The only features I find fit enough for training models are:
* rate
* delivery
* sale

However, sale feature needs additional pre-processing. We need to remove "%" sign

In [None]:
def sales_process(x):
    if "%" in x:
        return int(x[:-1])
    
    return x

In [None]:
df['sale'] = df['sale'].apply(sales_process)
absent['sale'] = absent['sale'].apply(sales_process)

In [None]:
# selecting the most important features
df = df[['rate', 'delivery', 'sale', 'price']]

## Models training, hypermarameters tuning phase

In [None]:
x = df.iloc[:, :-1].values
y = df.iloc[:, -1].values

In [None]:
x_train, x_test, y_train, y_test = train_test_split(x, y, random_state=42, test_size=0.2)

In [None]:
def model_evaluate(model, name, plot=True):
    y_pred = model.predict(x_test)
    tit = name + "\nMAE:{}\nMSE:{}".format(mean_absolute_error(y_pred, y_test), mean_squared_error(y_pred, y_test))
    if plot:
        dd = pd.DataFrame(x_test, columns=['rate', 'delivery', 'sale'])
        dd['price'] = y_pred
        sns.pairplot(dd, x_vars=['rate', 'delivery', 'sale'], y_vars=['price'])
        plt.suptitle(tit)
        plt.tight_layout()
    else:
        print(tit)

In [None]:
def model_train(model, name):
    model.fit(x_train, y_train)
    model_evaluate(model, name, False)
    return model

In [None]:
lr = LinearRegression()
rfr = RandomForestRegressor(n_estimators=150, max_depth=60)
svr = SVR(kernel='linear', C=0.6)
abr = AdaBoostRegressor(n_estimators=45, learning_rate=0.3)
knr = KNeighborsRegressor(n_neighbors=10)
models = [lr, rfr, svr, abr, knr]
names = ['Linear Regression', 'Random Forest Regressor', 'Support Vector Regression',
        'Ada Boost Regressor', 'KNeighbors Regressor']

In [None]:
mls = []
for i, j in zip(models, names):
    mls.append(model_train(i, j))
    print()

In [None]:
dt = pd.DataFrame(x_test, columns=['rate', 'delivery', 'sale'])
dt['price'] = y_test

# Evaluate trained models

### I used Mean Absolute Error(MAE)

![MAE](https://www.codingprof.com/wp-content/uploads/2021/12/Formula_MeanAbsoluteError.png)

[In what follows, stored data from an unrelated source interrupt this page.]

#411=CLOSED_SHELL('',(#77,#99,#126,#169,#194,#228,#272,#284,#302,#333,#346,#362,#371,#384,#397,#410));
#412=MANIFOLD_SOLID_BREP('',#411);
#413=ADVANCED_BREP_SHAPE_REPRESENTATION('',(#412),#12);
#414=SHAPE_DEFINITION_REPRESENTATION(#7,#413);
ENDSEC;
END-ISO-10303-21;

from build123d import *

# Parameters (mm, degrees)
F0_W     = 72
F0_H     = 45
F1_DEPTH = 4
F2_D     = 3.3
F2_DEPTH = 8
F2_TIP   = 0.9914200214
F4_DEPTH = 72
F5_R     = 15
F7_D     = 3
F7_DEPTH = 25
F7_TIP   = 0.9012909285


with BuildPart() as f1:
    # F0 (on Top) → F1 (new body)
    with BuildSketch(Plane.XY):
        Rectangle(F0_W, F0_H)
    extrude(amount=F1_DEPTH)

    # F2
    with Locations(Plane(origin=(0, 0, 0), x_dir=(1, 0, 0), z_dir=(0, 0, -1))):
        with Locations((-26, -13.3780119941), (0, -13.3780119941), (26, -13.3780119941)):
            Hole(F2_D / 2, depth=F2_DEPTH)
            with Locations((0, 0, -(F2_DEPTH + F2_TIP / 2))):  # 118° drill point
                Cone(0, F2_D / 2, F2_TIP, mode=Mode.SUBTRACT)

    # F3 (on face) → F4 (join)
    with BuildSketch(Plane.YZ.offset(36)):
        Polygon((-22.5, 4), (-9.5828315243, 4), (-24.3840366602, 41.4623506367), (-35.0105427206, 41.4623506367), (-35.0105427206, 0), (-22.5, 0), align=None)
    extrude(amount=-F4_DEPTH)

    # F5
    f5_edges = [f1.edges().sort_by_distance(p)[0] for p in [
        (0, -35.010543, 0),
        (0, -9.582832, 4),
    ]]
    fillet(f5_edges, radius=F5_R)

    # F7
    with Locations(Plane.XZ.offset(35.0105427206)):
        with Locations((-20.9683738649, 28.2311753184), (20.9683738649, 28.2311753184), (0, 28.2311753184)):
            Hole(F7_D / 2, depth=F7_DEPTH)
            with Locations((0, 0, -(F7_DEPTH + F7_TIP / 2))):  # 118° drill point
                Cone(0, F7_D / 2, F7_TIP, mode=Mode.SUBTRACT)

### and Mean Squared Error(MSE)

![MSE](https://cdn-media-1.freecodecamp.org/images/hmZydSW9YegiMVPWq2JBpOpai3CejzQpGkNG)

In [None]:
sns.pairplot(dt, x_vars=['rate', 'delivery', 'sale'], y_vars=['price'])
plt.suptitle("Original")
plt.tight_layout()
for i, j in zip(mls, names):
    model_evaluate(i, j)

# Conclusion

## The best and most consistent models used are: KNeighborsRegressor with K=10 and Random Forest Regressor max_depth = 60 and n_estimators = 150

However, we need to keep a note that features used are ratings, delivery and sale.

There are also such factors as brands and type of furniture. However, I suggested that using Label Encoder would be wrong, considering there would be 500+ unique labels for the column of furniture type.